TASK OBJECTIVE: All lines below containing "math" are to be listed.

_ _ _ _

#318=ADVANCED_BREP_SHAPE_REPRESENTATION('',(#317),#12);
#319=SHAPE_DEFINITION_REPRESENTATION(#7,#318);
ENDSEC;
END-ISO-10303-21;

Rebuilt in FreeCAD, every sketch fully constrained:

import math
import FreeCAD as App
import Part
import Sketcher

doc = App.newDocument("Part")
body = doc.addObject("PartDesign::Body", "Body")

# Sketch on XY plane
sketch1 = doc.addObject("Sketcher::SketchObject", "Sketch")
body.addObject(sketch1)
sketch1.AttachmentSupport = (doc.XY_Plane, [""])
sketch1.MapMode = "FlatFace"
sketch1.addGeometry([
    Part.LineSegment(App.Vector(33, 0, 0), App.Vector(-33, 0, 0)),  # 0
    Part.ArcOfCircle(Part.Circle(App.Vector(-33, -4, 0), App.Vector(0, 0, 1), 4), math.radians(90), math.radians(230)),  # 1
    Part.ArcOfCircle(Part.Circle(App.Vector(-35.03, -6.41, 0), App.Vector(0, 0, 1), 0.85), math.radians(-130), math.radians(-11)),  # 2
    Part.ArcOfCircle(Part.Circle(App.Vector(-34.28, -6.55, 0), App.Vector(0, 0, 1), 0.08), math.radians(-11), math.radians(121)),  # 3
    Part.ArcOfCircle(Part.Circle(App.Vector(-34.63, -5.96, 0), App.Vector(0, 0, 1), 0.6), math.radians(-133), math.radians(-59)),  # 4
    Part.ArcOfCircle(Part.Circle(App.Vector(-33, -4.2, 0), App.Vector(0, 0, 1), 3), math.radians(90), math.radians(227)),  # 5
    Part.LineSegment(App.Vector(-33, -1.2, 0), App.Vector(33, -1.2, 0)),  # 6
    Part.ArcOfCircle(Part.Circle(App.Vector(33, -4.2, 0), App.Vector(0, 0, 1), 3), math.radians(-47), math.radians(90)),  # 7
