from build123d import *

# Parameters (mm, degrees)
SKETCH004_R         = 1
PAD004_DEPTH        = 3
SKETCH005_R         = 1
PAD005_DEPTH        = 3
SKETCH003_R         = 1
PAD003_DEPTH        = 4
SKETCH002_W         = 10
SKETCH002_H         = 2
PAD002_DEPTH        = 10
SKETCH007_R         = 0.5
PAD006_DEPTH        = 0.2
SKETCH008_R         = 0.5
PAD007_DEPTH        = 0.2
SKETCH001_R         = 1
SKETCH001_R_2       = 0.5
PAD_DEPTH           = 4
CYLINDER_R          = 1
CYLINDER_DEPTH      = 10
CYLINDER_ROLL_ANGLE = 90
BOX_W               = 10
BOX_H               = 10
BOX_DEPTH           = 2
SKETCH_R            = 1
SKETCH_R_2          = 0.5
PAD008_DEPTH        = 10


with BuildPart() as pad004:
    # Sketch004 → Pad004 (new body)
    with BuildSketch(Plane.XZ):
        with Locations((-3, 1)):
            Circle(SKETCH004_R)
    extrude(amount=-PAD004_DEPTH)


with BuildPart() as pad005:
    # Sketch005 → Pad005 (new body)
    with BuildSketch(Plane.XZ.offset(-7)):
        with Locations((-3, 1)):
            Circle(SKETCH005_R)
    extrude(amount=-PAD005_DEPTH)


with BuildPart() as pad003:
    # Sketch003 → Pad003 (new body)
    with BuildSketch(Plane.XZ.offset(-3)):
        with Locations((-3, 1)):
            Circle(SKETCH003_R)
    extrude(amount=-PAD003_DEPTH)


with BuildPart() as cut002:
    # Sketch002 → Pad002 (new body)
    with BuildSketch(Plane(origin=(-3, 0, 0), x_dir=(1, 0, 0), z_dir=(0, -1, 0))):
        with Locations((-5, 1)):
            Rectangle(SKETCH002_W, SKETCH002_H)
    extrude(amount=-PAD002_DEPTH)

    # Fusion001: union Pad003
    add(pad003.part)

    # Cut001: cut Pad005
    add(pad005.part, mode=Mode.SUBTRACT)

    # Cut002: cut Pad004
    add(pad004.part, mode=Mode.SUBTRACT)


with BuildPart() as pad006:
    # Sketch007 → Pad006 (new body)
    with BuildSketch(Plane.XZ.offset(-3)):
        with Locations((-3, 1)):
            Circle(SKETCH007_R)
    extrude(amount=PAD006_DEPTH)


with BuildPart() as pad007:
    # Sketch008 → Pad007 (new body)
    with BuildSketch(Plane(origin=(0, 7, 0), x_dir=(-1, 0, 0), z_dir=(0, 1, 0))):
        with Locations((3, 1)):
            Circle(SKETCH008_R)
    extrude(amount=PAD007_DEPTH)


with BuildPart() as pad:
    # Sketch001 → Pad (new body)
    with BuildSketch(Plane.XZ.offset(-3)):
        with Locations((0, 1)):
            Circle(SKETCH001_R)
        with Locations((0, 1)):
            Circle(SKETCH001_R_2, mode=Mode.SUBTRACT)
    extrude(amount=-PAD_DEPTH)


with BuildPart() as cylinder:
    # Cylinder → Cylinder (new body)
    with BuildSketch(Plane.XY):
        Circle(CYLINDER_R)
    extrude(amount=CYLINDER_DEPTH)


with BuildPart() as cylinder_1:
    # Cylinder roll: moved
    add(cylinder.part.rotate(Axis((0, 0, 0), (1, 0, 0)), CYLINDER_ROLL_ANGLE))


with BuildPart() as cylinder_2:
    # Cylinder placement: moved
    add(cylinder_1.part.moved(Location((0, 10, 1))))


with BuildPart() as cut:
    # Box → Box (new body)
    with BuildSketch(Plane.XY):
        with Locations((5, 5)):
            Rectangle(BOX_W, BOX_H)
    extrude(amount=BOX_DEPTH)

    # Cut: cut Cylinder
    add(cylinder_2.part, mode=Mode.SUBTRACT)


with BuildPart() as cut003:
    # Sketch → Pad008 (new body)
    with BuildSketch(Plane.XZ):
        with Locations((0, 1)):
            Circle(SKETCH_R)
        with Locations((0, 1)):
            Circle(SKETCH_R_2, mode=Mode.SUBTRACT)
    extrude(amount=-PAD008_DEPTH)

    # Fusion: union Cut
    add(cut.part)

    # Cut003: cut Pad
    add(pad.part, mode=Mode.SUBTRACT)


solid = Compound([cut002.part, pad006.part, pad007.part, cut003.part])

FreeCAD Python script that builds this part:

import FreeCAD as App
import Part
import Sketcher

V = App.Vector

doc = App.newDocument("Part")
params = doc.addObject("Spreadsheet::Sheet", "Params")
for row, (alias, value) in enumerate([
    ("sketch1_diameter", "2 mm"),
    ("pad1_length", "3 mm"),
    ("sketch2_diameter", "2 mm"),
    ("pad2_length", "3 mm"),
    ("sketch3_diameter", "2 mm"),
    ("pad3_length", "4 mm"),
    ("sketch4_width", "10 mm"),
    ("sketch4_height", "2 mm"),
    ("pad4_length", "10 mm"),
    ("sketch5_diameter", "1 mm"),
    ("pad5_length", "0.2 mm"),
    ("sketch6_diameter", "1 mm"),
    ("pad6_length", "0.2 mm"),
    ("sketch7_diameter", "2 mm"),
    ("sketch7_diameter2", "1 mm"),
    ("pad7_length", "4 mm"),
    ("sketch8_diameter", "2 mm"),
    ("pad8_length", "10 mm"),
    ("sketch9_width", "10 mm"),
    ("pad9_length", "2 mm"),
    ("sketch10_diameter", "2 mm"),
    ("sketch10_diameter2", "1 mm"),
    ("pad10_length", "10 mm"),
], start=1):
    params.set(f"A{row}", alias)
    params.set(f"B{row}", "=" + value)
    params.setAlias(f"B{row}", alias)

body = doc.addObject("PartDesign::Body", "Body")

sketch1 = doc.addObject("Sketcher::SketchObject", "Sketch")
body.addObject(sketch1)
sketch1.AttachmentSupport = (doc.XZ_Plane, [""])
sketch1.MapMode = "FlatFace"
sketch1.addGeometry(Part.Circle(V(-3, 1, 0), V(0, 0, 1), 1), False)
sketch1.addConstraint(Sketcher.Constraint("Diameter", 0, 2.0))
sketch1.addConstraint(Sketcher.Constraint("DistanceX", 0, 3, -1, 1, 3.0))
sketch1.addConstraint(Sketcher.Constraint("DistanceY", -1, 1, 0, 3, 1.0))
sketch1.setExpression("Constraints[0]", "Params.sketch1_diameter")
pad1 = doc.addObject("PartDesign::Pad", "Pad")
body.addObject(pad1)
pad1.Profile = sketch1
pad1.setExpression("Length", "Params.pad1_length")
pad1.Reversed = True
body2 = doc.addObject("PartDesign::Body", "Body001")

sketch2 = doc.addObject("Sketcher::SketchObject", "Sketch001")
body2.addObject(sketch2)
sketch2.AttachmentSupport = (doc.getObject("XZ_Plane001"), [""])
sketch2.MapMode = "FlatFace"
sketch2.AttachmentOffset = App.Placement(V(0, 0, -7), App.Rotation())
sketch2.addGeometry(Part.Circle(V(-3, 1, 0), V(0, 0, 1), 1), False)
sketch2.addConstraint(Sketcher.Constraint("Diameter", 0, 2.0))
sketch2.addConstraint(Sketcher.Constraint("DistanceX", 0, 3, -1, 1, 3.0))
sketch2.addConstraint(Sketcher.Constraint("DistanceY", -1, 1, 0, 3, 1.0))
sketch2.setExpression("Constraints[0]", "Params.sketch2_diameter")
pad2 = doc.addObject("PartDesign::Pad", "Pad001")
body2.addObject(pad2)
pad2.Profile = sketch2
pad2.setExpression("Length", "Params.pad2_length")
pad2.Reversed = True
body3 = doc.addObject("PartDesign::Body", "Body002")

sketch3 = doc.addObject("Sketcher::SketchObject", "Sketch002")
body3.addObject(sketch3)
sketch3.AttachmentSupport = (doc.getObject("XZ_Plane002"), [""])
sketch3.MapMode = "FlatFace"
sketch3.AttachmentOffset = App.Placement(V(0, 0, -3), App.Rotation())
sketch3.addGeometry(Part.Circle(V(-3, 1, 0), V(0, 0, 1), 1), False)
sketch3.addConstraint(Sketcher.Constraint("Diameter", 0, 2.0))
sketch3.addConstraint(Sketcher.Constraint("DistanceX", 0, 3, -1, 1, 3.0))
sketch3.addConstraint(Sketcher.Constraint("DistanceY", -1, 1, 0, 3, 1.0))
sketch3.setExpression("Constraints[0]", "Params.sketch3_diameter")
pad3 = doc.addObject("PartDesign::Pad", "Pad002")
body3.addObject(pad3)
pad3.Profile = sketch3
pad3.setExpression("Length", "Params.pad3_length")
pad3.Reversed = True
body4 = doc.addObject("PartDesign::Body", "Body003")

sketch4 = doc.addObject("Sketcher::SketchObject", "Sketch003")
body4.addObject(sketch4)
sketch4.AttachmentSupport = (doc.getObject("XZ_Plane003"), [""])
sketch4.MapMode = "FlatFace"
sketch4.addGeometry(Part.LineSegment(V(-13, 2, 0), V(-13, 0, 0)), False)
sketch4.addGeometry(Part.LineSegment(V(-13, 0, 0), V(-3, 0, 0)), False)
sketch4.addGeometry(Part.LineSegment(V(-3, 0, 0), V(-3, 2, 0)), False)
sketch4.addGeometry(Part.LineSegment(V(-3, 2, 0), V(-13, 2, 0)), False)
sketch4.addConstraint(Sketcher.Constraint("Coincident", 0, 2, 1, 1))
sketch4.addConstraint(Sketcher.Constraint("Coincident", 1, 2, 2, 1))
sketch4.addConstraint(Sketcher.Constraint("Coincident", 2, 2, 3, 1))
sketch4.addConstraint(Sketcher.Constraint("Coincident", 3, 2, 0, 1))
sketch4.addConstraint(Sketcher.Constraint("Vertical", 0))
sketch4.addConstraint(Sketcher.Constraint("Horizontal", 1))
sketch4.addConstraint(Sketcher.Constraint("Vertical", 2))
sketch4.addConstraint(Sketcher.Constraint("Horizontal", 3))
sketch4.addConstraint(Sketcher.Constraint("PointOnObject", 0, 2, -1))
sketch4.addConstraint(Sketcher.Constraint("DistanceX", 1, 1, 1, 2, 10.0))
sketch4.addConstraint(Sketcher.Constraint("DistanceY", 0, 2, 0, 1, 2.0))
sketch4.addConstraint(Sketcher.Constraint("DistanceX", 0, 2, -1, 1, 13.0))
sketch4.setExpression("Constraints[9]", "Params.sketch4_width")
sketch4.setExpression("Constraints[10]", "Params.sketch4_height")
pad4 = doc.addObject("PartDesign::Pad", "Pad003")
body4.addObject(pad4)
pad4.Profile = sketch4
pad4.setExpression("Length", "Params.pad4_length")
pad4.Reversed = True
doc.recompute()

boolean = doc.addObject("PartDesign::Boolean", "Boolean")
body4.addObject(boolean)
boolean.Type = "Fuse"
boolean.addObjects([body3])
doc.recompute()

boolean2 = doc.addObject("PartDesign::Boolean", "Boolean001")
body4.addObject(boolean2)
boolean2.Type = "Cut"
boolean2.addObjects([body2])
doc.recompute()

boolean3 = doc.addObject("PartDesign::Boolean", "Boolean002")
body4.addObject(boolean3)
boolean3.Type = "Cut"
boolean3.addObjects([body])
body5 = doc.addObject("PartDesign::Body", "Body004")

sketch5 = doc.addObject("Sketcher::SketchObject", "Sketch004")
body5.addObject(sketch5)
sketch5.AttachmentSupport = (doc.getObject("XZ_Plane004"), [""])
sketch5.MapMode = "FlatFace"
sketch5.AttachmentOffset = App.Placement(V(0, 0, -3), App.Rotation())
sketch5.addGeometry(Part.Circle(V(-3, 1, 0), V(0, 0, 1), 0.5), False)
sketch5.addConstraint(Sketcher.Constraint("Diameter", 0, 1.0))
sketch5.addConstraint(Sketcher.Constraint("DistanceX", 0, 3, -1, 1, 3.0))
sketch5.addConstraint(Sketcher.Constraint("DistanceY", -1, 1, 0, 3, 1.0))
sketch5.setExpression("Constraints[0]", "Params.sketch5_diameter")
pad5 = doc.addObject("PartDesign::Pad", "Pad004")
body5.addObject(pad5)
pad5.Profile = sketch5
pad5.setExpression("Length", "Params.pad5_length")
body6 = doc.addObject("PartDesign::Body", "Body005")

sketch6 = doc.addObject("Sketcher::SketchObject", "Sketch005")
body6.addObject(sketch6)
sketch6.AttachmentSupport = (doc.getObject("XZ_Plane005"), [""])
sketch6.MapMode = "FlatFace"
sketch6.AttachmentOffset = App.Placement(V(0, 0, -7), App.Rotation())
sketch6.addGeometry(Part.Circle(V(-3, 1, 0), V(0, 0, 1), 0.5), False)
sketch6.addConstraint(Sketcher.Constraint("Diameter", 0, 1.0))
sketch6.addConstraint(Sketcher.Constraint("DistanceX", 0, 3, -1, 1, 3.0))
sketch6.addConstraint(Sketcher.Constraint("DistanceY", -1, 1, 0, 3, 1.0))
sketch6.setExpression("Constraints[0]", "Params.sketch6_diameter")
pad6 = doc.addObject("PartDesign::Pad", "Pad005")
body6.addObject(pad6)
pad6.Profile = sketch6
pad6.setExpression("Length", "Params.pad6_length")
pad6.Reversed = True
body7 = doc.addObject("PartDesign::Body", "Body006")

sketch7 = doc.addObject("Sketcher::SketchObject", "Sketch006")
body7.addObject(sketch7)
sketch7.AttachmentSupport = (doc.getObject("XZ_Plane006"), [""])
sketch7.MapMode = "FlatFace"
sketch7.AttachmentOffset = App.Placement(V(0, 0, -3), App.Rotation())
sketch7.addGeometry(Part.Circle(V(0, 1, 0), V(0, 0, 1), 1), False)
sketch7.addGeometry(Part.Circle(V(0, 1, 0), V(0, 0, 1), 0.5), False)
sketch7.addConstraint(Sketcher.Constraint("Coincident", 1, 3, 0, 3))
sketch7.addConstraint(Sketcher.Constraint("PointOnObject", 0, 3, -2))
sketch7.addConstraint(Sketcher.Constraint("Diameter", 0, 2.0))
sketch7.addConstraint(Sketcher.Constraint("Diameter", 1, 1.0))
sketch7.addConstraint(Sketcher.Constraint("DistanceY", -1, 1, 0, 3, 1.0))
sketch7.setExpression("Constraints[2]", "Params.sketch7_diameter")
sketch7.setExpression("Constraints[3]", "Params.sketch7_diameter2")
pad7 = doc.addObject("PartDesign::Pad", "Pad006")
body7.addObject(pad7)
pad7.Profile = sketch7
pad7.setExpression("Length", "Params.pad7_length")
pad7.Reversed = True
body8 = doc.addObject("PartDesign::Body", "Body007")

sketch8 = doc.addObject("Sketcher::SketchObject", "Sketch007")
body8.addObject(sketch8)
sketch8.AttachmentSupport = (doc.getObject("XY_Plane007"), [""])
sketch8.MapMode = "FlatFace"
sketch8.addGeometry(Part.Circle(V(0, 0, 0), V(0, 0, 1), 1), False)
sketch8.addConstraint(Sketcher.Constraint("Coincident", 0, 3, -1, 1))
sketch8.addConstraint(Sketcher.Constraint("Diameter", 0, 2.0))
sketch8.setExpression("Constraints[1]", "Params.sketch8_diameter")
pad8 = doc.addObject("PartDesign::Pad", "Pad007")
body8.addObject(pad8)
pad8.Profile = sketch8
pad8.setExpression("Length", "Params.pad8_length")
body9 = doc.addObject("PartDesign::Body", "Body008")
doc.recompute()

body8.Placement = App.Placement(V(0, 0, 0), App.Rotation(V(1, 0, 0), 90))
boolean4 = doc.addObject("PartDesign::Boolean", "Boolean003")
body9.addObject(boolean4)
boolean4.Type = "Fuse"
boolean4.addObjects([body8])
body10 = doc.addObject("PartDesign::Body", "Body009")
doc.recompute()

body9.Placement = App.Placement(V(0, 10, 1), App.Rotation(V(0, 0, 1), 0))
boolean5 = doc.addObject("PartDesign::Boolean", "Boolean004")
body10.addObject(boolean5)
boolean5.Type = "Fuse"
boolean5.addObjects([body9])
body11 = doc.addObject("PartDesign::Body", "Body010")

_ _ _ _

PROBLEM SOLUTION:
import math
    Part.ArcOfCircle(Part.Circle(App.Vector(-33, -4, 0), App.Vector(0, 0, 1), 4), math.radians(90), math.radians(230)),  # 1
    Part.ArcOfCircle(Part.Circle(App.Vector(-35.03, -6.41, 0), App.Vector(0, 0, 1), 0.85), math.radians(-130), math.radians(-11)),  # 2
    Part.ArcOfCircle(Part.Circle(App.Vector(-34.28, -6.55, 0), App.Vector(0, 0, 1), 0.08), math.radians(-11), math.radians(121)),  # 3
    Part.ArcOfCircle(Part.Circle(App.Vector(-34.63, -5.96, 0), App.Vector(0, 0, 1), 0.6), math.radians(-133), math.radians(-59)),  # 4
    Part.ArcOfCircle(Part.Circle(App.Vector(-33, -4.2, 0), App.Vector(0, 0, 1), 3), math.radians(90), math.radians(227)),  # 5
    Part.ArcOfCircle(Part.Circle(App.Vector(33, -4.2, 0), App.Vector(0, 0, 1), 3), math.radians(-47), math.radians(90)),  # 7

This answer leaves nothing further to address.